§ Task:
Find the line in the entries below that contains "v 2.942 0.5 -0.585". Repeat it exactly, and every line after it through the line that contains "v -2.494 81.5 -1.667".

§ Data supplied:
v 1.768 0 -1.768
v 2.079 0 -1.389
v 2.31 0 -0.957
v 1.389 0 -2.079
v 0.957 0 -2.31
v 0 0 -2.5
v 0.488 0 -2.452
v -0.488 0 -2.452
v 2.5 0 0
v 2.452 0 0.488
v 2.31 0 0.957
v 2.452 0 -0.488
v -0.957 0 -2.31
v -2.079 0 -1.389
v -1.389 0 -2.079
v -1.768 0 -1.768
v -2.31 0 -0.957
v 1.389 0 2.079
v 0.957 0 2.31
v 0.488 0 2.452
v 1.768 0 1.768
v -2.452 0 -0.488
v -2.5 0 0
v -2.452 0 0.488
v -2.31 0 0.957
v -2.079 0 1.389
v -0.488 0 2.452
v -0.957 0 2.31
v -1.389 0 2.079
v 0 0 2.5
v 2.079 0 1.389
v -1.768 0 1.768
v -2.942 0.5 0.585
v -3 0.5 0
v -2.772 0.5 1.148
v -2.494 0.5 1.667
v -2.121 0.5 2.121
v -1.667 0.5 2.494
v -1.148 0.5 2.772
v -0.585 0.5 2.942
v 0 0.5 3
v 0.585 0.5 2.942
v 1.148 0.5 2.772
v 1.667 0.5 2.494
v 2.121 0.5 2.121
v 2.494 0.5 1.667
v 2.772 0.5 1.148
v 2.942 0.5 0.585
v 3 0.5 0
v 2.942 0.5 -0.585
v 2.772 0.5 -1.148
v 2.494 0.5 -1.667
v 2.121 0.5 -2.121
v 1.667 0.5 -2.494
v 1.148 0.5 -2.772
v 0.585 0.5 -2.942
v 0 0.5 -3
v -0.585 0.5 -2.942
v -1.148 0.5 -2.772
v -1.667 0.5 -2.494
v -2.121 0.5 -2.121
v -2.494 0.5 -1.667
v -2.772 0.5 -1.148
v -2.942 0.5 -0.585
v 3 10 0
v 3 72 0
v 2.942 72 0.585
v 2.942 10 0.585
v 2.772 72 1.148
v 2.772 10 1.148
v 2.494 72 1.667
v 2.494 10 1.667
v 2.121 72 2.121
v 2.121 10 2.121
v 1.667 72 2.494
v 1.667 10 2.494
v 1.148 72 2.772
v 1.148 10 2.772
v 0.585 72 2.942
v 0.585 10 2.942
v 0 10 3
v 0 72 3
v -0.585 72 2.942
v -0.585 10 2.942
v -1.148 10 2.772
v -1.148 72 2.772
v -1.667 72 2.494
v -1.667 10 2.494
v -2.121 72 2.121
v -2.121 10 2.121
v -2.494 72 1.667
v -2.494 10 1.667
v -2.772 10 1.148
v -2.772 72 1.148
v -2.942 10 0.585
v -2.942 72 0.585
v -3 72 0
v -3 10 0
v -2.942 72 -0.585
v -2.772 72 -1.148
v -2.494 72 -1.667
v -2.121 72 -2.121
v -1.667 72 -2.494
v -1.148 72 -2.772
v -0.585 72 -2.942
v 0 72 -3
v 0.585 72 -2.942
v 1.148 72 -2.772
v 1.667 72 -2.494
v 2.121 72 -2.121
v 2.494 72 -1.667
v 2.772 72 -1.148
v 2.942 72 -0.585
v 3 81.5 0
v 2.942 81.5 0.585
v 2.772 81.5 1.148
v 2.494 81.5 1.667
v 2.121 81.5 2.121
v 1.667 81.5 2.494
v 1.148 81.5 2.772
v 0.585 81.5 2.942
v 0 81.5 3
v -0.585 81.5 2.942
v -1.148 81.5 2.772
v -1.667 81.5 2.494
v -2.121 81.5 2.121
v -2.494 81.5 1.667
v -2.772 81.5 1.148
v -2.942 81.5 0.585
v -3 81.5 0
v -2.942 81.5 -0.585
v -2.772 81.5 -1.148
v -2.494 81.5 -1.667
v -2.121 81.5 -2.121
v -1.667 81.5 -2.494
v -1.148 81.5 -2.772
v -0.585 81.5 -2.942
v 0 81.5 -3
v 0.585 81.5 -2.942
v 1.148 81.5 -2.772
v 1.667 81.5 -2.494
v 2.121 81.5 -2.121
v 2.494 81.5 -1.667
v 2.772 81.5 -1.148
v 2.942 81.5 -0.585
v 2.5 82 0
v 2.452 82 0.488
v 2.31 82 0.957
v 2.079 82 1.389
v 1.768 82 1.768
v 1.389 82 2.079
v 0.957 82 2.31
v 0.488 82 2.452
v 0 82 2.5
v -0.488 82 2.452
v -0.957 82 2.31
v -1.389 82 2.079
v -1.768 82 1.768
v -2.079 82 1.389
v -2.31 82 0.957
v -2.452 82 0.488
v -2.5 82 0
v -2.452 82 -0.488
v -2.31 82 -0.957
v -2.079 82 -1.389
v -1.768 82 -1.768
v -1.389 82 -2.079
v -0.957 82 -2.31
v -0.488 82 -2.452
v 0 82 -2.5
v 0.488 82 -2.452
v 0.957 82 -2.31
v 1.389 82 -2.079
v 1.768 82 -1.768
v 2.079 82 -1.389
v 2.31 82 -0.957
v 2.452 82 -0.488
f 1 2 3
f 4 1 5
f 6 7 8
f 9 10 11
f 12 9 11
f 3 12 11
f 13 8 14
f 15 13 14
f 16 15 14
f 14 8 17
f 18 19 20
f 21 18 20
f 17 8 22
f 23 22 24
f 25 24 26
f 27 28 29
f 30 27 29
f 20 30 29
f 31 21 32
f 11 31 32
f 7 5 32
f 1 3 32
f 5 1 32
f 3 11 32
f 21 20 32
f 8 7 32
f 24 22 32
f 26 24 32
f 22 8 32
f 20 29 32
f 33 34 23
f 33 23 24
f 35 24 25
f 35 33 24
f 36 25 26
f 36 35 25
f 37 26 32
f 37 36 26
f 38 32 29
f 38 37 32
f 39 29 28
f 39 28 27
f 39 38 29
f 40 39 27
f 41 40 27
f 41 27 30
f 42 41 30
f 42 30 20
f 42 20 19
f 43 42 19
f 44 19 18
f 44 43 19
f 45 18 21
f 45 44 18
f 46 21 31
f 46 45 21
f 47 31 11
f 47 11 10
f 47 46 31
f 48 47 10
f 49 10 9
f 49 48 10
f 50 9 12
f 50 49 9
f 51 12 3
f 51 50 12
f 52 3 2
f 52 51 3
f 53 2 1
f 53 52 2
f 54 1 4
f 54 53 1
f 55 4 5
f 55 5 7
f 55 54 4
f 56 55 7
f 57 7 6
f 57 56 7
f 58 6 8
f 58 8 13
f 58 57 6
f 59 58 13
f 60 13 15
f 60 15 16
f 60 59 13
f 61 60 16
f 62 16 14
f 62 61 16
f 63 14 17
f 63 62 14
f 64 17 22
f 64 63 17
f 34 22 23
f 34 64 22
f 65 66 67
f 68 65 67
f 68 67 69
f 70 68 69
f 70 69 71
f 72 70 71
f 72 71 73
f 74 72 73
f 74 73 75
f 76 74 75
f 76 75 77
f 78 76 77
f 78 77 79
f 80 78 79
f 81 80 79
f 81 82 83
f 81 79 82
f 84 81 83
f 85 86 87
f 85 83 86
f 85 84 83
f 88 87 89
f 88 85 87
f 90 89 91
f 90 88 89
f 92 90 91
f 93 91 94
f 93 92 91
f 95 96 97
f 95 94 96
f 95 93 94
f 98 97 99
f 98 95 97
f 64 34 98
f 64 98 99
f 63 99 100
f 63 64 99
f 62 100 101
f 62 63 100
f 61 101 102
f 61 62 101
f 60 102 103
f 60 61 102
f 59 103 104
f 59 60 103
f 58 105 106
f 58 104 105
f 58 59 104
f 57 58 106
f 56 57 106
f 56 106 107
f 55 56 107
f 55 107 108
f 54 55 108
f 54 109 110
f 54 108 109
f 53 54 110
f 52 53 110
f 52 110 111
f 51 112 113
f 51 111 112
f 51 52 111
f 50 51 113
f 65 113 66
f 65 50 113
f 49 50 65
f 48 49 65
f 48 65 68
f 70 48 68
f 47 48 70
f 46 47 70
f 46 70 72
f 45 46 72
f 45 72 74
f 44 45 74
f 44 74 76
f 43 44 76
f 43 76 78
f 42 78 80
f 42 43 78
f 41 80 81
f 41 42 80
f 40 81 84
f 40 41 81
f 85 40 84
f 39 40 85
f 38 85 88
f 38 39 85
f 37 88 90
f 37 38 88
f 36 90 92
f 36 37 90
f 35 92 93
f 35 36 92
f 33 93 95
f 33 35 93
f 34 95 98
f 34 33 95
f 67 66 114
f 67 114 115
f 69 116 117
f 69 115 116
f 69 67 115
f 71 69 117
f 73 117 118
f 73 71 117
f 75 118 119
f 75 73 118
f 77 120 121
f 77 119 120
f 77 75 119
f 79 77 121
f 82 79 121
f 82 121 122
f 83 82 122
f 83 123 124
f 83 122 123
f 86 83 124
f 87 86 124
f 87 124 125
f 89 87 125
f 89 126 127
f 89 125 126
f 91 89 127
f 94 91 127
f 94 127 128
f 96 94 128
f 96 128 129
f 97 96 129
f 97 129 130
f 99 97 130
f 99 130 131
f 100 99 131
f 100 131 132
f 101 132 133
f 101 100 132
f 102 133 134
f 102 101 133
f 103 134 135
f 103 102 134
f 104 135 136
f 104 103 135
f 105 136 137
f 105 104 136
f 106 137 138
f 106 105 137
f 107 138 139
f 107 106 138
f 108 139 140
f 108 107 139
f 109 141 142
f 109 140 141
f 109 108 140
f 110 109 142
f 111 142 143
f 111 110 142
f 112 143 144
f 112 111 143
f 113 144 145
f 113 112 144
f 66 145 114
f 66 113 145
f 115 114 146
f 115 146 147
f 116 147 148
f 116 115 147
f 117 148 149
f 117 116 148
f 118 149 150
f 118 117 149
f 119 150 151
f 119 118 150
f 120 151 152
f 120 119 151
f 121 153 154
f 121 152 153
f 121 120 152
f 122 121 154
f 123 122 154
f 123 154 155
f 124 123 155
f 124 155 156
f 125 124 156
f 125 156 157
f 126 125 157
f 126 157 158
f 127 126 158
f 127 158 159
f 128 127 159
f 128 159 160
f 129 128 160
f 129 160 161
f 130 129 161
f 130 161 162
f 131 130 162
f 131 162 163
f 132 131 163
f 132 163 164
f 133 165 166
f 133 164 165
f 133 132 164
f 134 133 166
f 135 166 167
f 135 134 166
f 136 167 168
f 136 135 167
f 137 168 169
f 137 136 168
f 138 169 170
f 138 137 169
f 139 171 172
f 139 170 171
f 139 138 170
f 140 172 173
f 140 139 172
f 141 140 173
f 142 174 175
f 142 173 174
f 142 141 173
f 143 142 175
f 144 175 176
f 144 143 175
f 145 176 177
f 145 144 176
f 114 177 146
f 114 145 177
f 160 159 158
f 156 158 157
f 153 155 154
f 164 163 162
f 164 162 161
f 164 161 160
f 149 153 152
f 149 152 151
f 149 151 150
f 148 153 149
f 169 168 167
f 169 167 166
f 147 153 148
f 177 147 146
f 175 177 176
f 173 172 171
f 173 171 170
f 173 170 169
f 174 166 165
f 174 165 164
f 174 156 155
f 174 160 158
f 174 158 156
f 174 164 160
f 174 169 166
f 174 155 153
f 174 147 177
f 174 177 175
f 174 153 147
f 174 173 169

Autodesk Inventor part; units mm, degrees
ref_plane "YZ Plane" through (0, 0, 0) normal (1, 0, 0) x (0, 1, 0)
ref_plane "XZ Plane" through (0, 0, 0) normal (0, 1, 0) x (-1, 0, 0)
ref_plane "XY Plane" through (0, 0, 0) normal (0, 0, 1) x (1, 0, 0)
sketch "Sketch1" plane through (0, 0, 0) normal (0, 1, 0) x (-1, 0, 0)
  circle A0 centre (0, 0) radius 3
  dimension "d3" = 6
extrude "Extrusion2" add sketch "Sketch1" along normal blind 10
thread "Thread1" size "M6x1" class "6g" standard "ANSI Metric M Profile" length 10
sketch "Sketch3" plane through (0, 10, 0) normal (0, 1, 0) x (1, 0, 0)
  circle A0 centre (0, 0) radius 3
  dimension "d8" = 6
extrude "Extrusion3" add sketch "Sketch3" along normal blind 62
sketch "Sketch4" plane through (0, 72, 0) normal (0, 1, 0) x (1, 0, 0)
  circle A0 centre (0, 0) radius 3 projected
  circle A1 centre (0, 0) radius 3
  dimension "d11" = 6
extrude "Extrusion4" add sketch "Sketch4" along normal blind 10
thread "Thread2" size "M6x1" class "6g" standard "ANSI Metric M Profile" length 10
chamfer "Chamfer1" distance 0.5 distance2 0.5 1 edges at (-3, 82, 0) measured on face at (-0.5351, 82, -1.0949)
chamfer "Chamfer2" distance 0.5 distance2 0.5 1 edges at (3, 0, 0) measured on face at (0.5351, 0, 1.0949)
properties part number "cylinder head bolt"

§ Answer to this task:
v 2.942 0.5 -0.585
v 2.772 0.5 -1.148
v 2.494 0.5 -1.667
v 2.121 0.5 -2.121
v 1.667 0.5 -2.494
v 1.148 0.5 -2.772
v 0.585 0.5 -2.942
v 0 0.5 -3
v -0.585 0.5 -2.942
v -1.148 0.5 -2.772
v -1.667 0.5 -2.494
v -2.121 0.5 -2.121
v -2.494 0.5 -1.667
v -2.772 0.5 -1.148
v -2.942 0.5 -0.585
v 3 10 0
v 3 72 0
v 2.942 72 0.585
v 2.942 10 0.585
v 2.772 72 1.148
v 2.772 10 1.148
v 2.494 72 1.667
v 2.494 10 1.667
v 2.121 72 2.121
v 2.121 10 2.121
v 1.667 72 2.494
v 1.667 10 2.494
v 1.148 72 2.772
v 1.148 10 2.772
v 0.585 72 2.942
v 0.585 10 2.942
v 0 10 3
v 0 72 3
v -0.585 72 2.942
v -0.585 10 2.942
v -1.148 10 2.772
v -1.148 72 2.772
v -1.667 72 2.494
v -1.667 10 2.494
v -2.121 72 2.121
v -2.121 10 2.121
v -2.494 72 1.667
v -2.494 10 1.667
v -2.772 10 1.148
v -2.772 72 1.148
v -2.942 10 0.585
v -2.942 72 0.585
v -3 72 0
v -3 10 0
v -2.942 72 -0.585
v -2.772 72 -1.148
v -2.494 72 -1.667
v -2.121 72 -2.121
v -1.667 72 -2.494
v -1.148 72 -2.772
v -0.585 72 -2.942
v 0 72 -3
v 0.585 72 -2.942
v 1.148 72 -2.772
v 1.667 72 -2.494
v 2.121 72 -2.121
v 2.494 72 -1.667
v 2.772 72 -1.148
v 2.942 72 -0.585
v 3 81.5 0
v 2.942 81.5 0.585
v 2.772 81.5 1.148
v 2.494 81.5 1.667
v 2.121 81.5 2.121
v 1.667 81.5 2.494
v 1.148 81.5 2.772
v 0.585 81.5 2.942
v 0 81.5 3
v -0.585 81.5 2.942
v -1.148 81.5 2.772
v -1.667 81.5 2.494
v -2.121 81.5 2.121
v -2.494 81.5 1.667
v -2.772 81.5 1.148
v -2.942 81.5 0.585
v -3 81.5 0
v -2.942 81.5 -0.585
v -2.772 81.5 -1.148
v -2.494 81.5 -1.667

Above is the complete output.